[Collected data]
[Start of section]

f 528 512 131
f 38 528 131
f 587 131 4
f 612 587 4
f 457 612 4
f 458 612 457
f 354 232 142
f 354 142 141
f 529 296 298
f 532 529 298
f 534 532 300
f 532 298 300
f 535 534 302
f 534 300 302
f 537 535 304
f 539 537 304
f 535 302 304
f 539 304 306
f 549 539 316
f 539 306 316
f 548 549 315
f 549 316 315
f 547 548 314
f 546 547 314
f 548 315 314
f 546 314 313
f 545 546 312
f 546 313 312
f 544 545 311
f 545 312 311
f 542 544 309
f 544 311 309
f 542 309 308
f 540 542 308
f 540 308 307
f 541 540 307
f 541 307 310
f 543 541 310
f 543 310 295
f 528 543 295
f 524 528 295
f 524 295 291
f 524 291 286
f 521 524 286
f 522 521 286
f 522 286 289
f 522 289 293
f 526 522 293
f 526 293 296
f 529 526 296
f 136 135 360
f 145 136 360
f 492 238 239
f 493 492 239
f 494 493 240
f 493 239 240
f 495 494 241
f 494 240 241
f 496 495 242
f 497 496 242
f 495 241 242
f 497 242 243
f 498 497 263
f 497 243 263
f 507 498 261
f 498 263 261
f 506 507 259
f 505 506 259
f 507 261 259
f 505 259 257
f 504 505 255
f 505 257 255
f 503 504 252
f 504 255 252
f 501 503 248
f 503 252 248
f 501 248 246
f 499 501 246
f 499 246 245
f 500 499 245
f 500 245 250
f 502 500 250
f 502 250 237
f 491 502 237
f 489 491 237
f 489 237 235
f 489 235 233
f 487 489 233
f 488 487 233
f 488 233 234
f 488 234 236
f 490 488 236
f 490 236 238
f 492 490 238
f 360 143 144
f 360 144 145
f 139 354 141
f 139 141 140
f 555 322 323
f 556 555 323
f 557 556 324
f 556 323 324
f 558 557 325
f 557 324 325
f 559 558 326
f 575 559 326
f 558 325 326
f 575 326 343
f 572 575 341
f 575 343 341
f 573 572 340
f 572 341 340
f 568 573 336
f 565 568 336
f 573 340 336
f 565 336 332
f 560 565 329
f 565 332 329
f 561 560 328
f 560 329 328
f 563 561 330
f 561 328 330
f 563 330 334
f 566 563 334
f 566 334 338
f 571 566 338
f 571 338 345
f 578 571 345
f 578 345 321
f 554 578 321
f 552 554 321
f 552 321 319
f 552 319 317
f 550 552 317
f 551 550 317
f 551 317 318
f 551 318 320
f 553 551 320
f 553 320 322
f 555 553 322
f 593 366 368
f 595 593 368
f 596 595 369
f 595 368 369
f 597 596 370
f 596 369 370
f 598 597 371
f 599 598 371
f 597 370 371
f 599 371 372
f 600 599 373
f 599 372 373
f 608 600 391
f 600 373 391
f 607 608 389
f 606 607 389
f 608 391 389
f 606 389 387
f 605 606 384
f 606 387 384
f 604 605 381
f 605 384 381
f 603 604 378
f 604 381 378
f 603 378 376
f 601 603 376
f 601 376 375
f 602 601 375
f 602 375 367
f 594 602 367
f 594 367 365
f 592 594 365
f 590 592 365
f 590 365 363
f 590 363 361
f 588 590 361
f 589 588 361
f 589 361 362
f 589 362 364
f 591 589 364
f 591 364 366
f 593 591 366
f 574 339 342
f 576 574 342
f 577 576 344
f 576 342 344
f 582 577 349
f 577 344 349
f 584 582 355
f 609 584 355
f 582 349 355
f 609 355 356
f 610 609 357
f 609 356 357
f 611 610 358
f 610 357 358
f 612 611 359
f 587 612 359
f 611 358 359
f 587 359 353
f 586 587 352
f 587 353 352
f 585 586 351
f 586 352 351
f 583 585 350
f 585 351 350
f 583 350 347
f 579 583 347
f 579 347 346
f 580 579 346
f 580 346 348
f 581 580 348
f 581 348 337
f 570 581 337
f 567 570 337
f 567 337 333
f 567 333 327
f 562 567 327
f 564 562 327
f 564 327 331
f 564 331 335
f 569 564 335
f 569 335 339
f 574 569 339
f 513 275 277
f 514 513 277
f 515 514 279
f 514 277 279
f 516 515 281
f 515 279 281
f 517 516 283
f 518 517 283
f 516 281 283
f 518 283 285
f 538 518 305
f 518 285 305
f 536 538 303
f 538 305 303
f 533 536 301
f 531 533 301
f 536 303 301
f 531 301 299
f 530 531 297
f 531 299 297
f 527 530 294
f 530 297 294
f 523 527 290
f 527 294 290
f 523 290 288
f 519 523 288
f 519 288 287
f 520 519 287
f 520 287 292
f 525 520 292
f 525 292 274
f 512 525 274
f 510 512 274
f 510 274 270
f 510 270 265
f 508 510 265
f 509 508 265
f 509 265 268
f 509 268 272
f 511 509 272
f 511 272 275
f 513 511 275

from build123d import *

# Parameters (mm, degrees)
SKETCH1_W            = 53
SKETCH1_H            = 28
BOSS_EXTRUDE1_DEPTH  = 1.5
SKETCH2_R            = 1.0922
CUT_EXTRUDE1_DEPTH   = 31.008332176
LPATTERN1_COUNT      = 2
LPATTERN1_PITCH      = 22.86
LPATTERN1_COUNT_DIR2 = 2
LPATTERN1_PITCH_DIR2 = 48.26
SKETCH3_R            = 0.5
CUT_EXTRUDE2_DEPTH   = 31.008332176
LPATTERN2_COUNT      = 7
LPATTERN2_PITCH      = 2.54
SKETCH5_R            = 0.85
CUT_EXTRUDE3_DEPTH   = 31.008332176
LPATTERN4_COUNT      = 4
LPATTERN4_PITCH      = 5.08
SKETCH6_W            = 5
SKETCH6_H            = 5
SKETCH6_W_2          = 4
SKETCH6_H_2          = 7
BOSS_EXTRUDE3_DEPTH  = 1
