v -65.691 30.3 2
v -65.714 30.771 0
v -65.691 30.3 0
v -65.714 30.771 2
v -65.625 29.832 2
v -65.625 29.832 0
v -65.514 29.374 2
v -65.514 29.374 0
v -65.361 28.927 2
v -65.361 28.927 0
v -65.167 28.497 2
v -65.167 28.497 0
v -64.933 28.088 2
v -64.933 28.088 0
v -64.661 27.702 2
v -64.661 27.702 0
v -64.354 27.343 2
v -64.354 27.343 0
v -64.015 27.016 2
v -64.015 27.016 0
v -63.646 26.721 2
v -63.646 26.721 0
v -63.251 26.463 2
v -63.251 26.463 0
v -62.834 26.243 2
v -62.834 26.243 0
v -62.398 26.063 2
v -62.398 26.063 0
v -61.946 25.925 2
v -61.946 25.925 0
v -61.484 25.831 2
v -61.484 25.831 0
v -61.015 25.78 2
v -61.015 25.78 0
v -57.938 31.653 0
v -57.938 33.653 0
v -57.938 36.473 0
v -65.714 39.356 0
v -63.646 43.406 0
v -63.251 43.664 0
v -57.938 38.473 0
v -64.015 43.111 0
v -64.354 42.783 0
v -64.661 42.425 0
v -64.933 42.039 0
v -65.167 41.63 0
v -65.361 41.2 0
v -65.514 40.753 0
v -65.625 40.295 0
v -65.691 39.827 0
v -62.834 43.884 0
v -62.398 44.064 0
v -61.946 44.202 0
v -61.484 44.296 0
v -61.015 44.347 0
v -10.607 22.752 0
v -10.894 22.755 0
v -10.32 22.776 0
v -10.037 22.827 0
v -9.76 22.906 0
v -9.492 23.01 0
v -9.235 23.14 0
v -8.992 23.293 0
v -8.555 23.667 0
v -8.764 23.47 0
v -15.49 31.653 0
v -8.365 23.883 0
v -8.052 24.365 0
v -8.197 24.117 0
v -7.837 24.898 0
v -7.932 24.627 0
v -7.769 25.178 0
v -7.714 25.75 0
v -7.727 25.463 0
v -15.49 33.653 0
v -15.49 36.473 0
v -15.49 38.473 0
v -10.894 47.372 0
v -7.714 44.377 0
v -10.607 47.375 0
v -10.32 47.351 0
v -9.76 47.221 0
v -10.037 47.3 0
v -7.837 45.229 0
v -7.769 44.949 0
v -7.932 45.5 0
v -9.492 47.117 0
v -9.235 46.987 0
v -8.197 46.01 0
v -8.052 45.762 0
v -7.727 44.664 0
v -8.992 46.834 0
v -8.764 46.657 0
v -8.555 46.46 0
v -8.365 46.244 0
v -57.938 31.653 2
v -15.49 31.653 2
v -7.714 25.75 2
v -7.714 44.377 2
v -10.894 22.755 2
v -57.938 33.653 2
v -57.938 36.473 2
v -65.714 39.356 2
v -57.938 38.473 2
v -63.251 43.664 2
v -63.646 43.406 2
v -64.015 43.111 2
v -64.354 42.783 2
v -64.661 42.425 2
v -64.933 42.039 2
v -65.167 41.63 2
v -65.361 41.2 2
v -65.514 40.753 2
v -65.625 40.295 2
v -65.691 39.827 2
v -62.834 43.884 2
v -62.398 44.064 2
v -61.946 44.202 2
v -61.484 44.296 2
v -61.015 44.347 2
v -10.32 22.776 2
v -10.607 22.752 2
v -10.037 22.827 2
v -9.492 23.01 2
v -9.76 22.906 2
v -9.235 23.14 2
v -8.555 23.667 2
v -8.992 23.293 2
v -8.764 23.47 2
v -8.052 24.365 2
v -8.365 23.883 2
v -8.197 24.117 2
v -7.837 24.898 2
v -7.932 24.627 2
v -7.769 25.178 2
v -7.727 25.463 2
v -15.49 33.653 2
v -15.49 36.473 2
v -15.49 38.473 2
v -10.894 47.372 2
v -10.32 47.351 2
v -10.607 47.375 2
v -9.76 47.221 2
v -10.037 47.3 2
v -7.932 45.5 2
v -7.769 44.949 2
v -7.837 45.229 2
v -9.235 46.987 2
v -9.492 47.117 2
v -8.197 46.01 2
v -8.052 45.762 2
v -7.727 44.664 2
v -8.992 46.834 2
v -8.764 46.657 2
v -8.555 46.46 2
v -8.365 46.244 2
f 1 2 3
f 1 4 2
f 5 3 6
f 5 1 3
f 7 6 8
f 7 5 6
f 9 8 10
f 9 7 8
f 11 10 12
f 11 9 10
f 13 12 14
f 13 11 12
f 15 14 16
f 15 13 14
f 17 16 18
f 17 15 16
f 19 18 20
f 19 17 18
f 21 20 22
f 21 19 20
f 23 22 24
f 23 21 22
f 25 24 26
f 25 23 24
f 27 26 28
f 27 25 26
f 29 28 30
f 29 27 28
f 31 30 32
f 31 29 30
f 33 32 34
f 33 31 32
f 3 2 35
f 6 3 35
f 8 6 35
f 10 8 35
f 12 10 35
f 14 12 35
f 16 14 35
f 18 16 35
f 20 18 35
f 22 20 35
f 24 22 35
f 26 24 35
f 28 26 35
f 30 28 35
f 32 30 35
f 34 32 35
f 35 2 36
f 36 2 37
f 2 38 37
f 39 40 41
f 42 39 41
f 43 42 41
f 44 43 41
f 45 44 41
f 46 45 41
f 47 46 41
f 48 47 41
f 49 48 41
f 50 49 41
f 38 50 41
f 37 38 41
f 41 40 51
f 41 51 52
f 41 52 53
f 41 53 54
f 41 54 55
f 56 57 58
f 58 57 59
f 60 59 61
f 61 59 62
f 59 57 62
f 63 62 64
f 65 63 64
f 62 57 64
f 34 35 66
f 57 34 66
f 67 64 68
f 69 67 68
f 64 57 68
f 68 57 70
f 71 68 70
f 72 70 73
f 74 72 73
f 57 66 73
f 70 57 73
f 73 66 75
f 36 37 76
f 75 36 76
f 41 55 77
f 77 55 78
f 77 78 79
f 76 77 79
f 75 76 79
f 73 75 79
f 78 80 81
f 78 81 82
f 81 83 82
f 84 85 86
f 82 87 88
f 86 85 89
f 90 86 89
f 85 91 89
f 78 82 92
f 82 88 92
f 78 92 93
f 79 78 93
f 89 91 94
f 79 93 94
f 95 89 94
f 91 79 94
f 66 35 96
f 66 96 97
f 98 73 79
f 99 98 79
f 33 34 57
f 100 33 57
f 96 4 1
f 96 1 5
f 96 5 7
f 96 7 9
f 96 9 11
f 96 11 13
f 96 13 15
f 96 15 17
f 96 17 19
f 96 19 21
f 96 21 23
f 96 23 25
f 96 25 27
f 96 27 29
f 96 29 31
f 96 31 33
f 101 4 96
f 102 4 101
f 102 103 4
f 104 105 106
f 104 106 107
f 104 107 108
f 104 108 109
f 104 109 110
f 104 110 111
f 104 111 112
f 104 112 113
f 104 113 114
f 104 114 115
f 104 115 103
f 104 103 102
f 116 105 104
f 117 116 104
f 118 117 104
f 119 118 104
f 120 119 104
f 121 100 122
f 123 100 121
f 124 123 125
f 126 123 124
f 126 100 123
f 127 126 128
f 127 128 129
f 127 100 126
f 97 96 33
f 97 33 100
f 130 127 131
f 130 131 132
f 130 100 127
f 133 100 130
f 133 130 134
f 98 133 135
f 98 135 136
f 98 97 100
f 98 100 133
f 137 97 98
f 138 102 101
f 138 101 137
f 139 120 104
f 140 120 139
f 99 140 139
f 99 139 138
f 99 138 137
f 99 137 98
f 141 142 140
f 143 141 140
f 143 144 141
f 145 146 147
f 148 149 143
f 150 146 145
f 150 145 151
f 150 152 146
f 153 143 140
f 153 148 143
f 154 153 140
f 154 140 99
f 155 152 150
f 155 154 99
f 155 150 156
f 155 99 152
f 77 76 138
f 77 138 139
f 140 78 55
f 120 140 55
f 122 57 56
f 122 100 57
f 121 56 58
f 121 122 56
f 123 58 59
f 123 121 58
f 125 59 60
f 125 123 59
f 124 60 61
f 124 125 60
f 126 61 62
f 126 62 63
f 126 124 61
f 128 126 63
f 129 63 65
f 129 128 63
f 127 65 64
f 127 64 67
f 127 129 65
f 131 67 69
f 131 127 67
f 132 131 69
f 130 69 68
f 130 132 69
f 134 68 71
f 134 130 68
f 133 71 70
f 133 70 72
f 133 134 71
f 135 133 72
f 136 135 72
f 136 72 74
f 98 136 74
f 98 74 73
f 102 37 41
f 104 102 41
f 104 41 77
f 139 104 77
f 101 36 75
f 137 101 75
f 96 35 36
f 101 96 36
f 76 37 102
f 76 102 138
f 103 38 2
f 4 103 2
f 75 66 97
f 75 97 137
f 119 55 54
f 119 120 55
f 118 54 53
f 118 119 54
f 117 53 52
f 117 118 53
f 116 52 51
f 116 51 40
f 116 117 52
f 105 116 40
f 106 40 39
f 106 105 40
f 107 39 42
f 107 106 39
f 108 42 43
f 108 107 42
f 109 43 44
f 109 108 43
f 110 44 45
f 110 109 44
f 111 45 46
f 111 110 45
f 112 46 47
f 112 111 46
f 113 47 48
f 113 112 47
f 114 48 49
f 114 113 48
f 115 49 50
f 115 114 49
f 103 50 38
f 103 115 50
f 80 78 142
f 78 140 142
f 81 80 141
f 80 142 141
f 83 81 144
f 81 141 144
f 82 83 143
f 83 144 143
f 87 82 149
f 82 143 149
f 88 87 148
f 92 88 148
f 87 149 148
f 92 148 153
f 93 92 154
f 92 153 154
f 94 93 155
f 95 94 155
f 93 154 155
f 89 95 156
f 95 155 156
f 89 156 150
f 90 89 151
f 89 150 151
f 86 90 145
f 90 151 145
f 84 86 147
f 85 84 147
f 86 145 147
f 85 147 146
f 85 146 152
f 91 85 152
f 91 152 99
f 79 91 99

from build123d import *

# Parameters (mm, degrees)
F0_W     = 42.4481438452
F0_H     = 2
F1_DEPTH = 2
F2_R     = 3
F3_R     = 5


with BuildPart() as f1:
    # F0 (on Top) → F1 (new body)
    with BuildSketch(Plane.XY):
        Polygon((-65.7136544558, 44.0634722376), (-65.7136544558, 36.4734722376), (-65.7136544558, 35.0634722376), (-65.7136544558, 33.6534722376), (-65.7136544558, 26.0634722376), (-7.7136544558, 22.5634722376), (-7.7136544558, 47.5634722376), align=None)
        with Locations((-36.7136544558, 32.6534722376)):
            Rectangle(F0_W, F0_H, mode=Mode.SUBTRACT)
        with Locations((-36.7136544558, 37.4734722376)):
            Rectangle(F0_W, F0_H, mode=Mode.SUBTRACT)
    extrude(amount=F1_DEPTH)

    # F2
    f2_edges = [f1.edges().sort_by_distance(p)[0] for p in [
        (-7.713654, 47.563472, 1),
        (-7.713654, 22.563472, 1),
    ]]
    fillet(f2_edges, radius=F2_R)

    # F3
    f3_edges = [f1.edges().sort_by_distance(p)[0] for p in [
        (-65.713654, 26.063472, 1),
        (-65.713654, 44.063472, 1),
    ]]
    fillet(f3_edges, radius=F3_R)


solid = f1.part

[End of section]

§ WORK REQUEST
Write down exactly the line with "f 86 145 147", then each line after it through the end of the data.

§ RESPONSE BELOW
f 86 145 147
f 85 147 146
f 85 146 152
f 91 85 152
f 91 152 99
f 79 91 99

from build123d import *

# Parameters (mm, degrees)
F0_W     = 42.4481438452
F0_H     = 2
F1_DEPTH = 2
F2_R     = 3
F3_R     = 5


with BuildPart() as f1:
    # F0 (on Top) → F1 (new body)
    with BuildSketch(Plane.XY):
        Polygon((-65.7136544558, 44.0634722376), (-65.7136544558, 36.4734722376), (-65.7136544558, 35.0634722376), (-65.7136544558, 33.6534722376), (-65.7136544558, 26.0634722376), (-7.7136544558, 22.5634722376), (-7.7136544558, 47.5634722376), align=None)
        with Locations((-36.7136544558, 32.6534722376)):
            Rectangle(F0_W, F0_H, mode=Mode.SUBTRACT)
        with Locations((-36.7136544558, 37.4734722376)):
            Rectangle(F0_W, F0_H, mode=Mode.SUBTRACT)
    extrude(amount=F1_DEPTH)

    # F2
    f2_edges = [f1.edges().sort_by_distance(p)[0] for p in [
        (-7.713654, 47.563472, 1),
        (-7.713654, 22.563472, 1),
    ]]
    fillet(f2_edges, radius=F2_R)

    # F3
    f3_edges = [f1.edges().sort_by_distance(p)[0] for p in [
        (-65.713654, 26.063472, 1),
        (-65.713654, 44.063472, 1),
    ]]
    fillet(f3_edges, radius=F3_R)


solid = f1.part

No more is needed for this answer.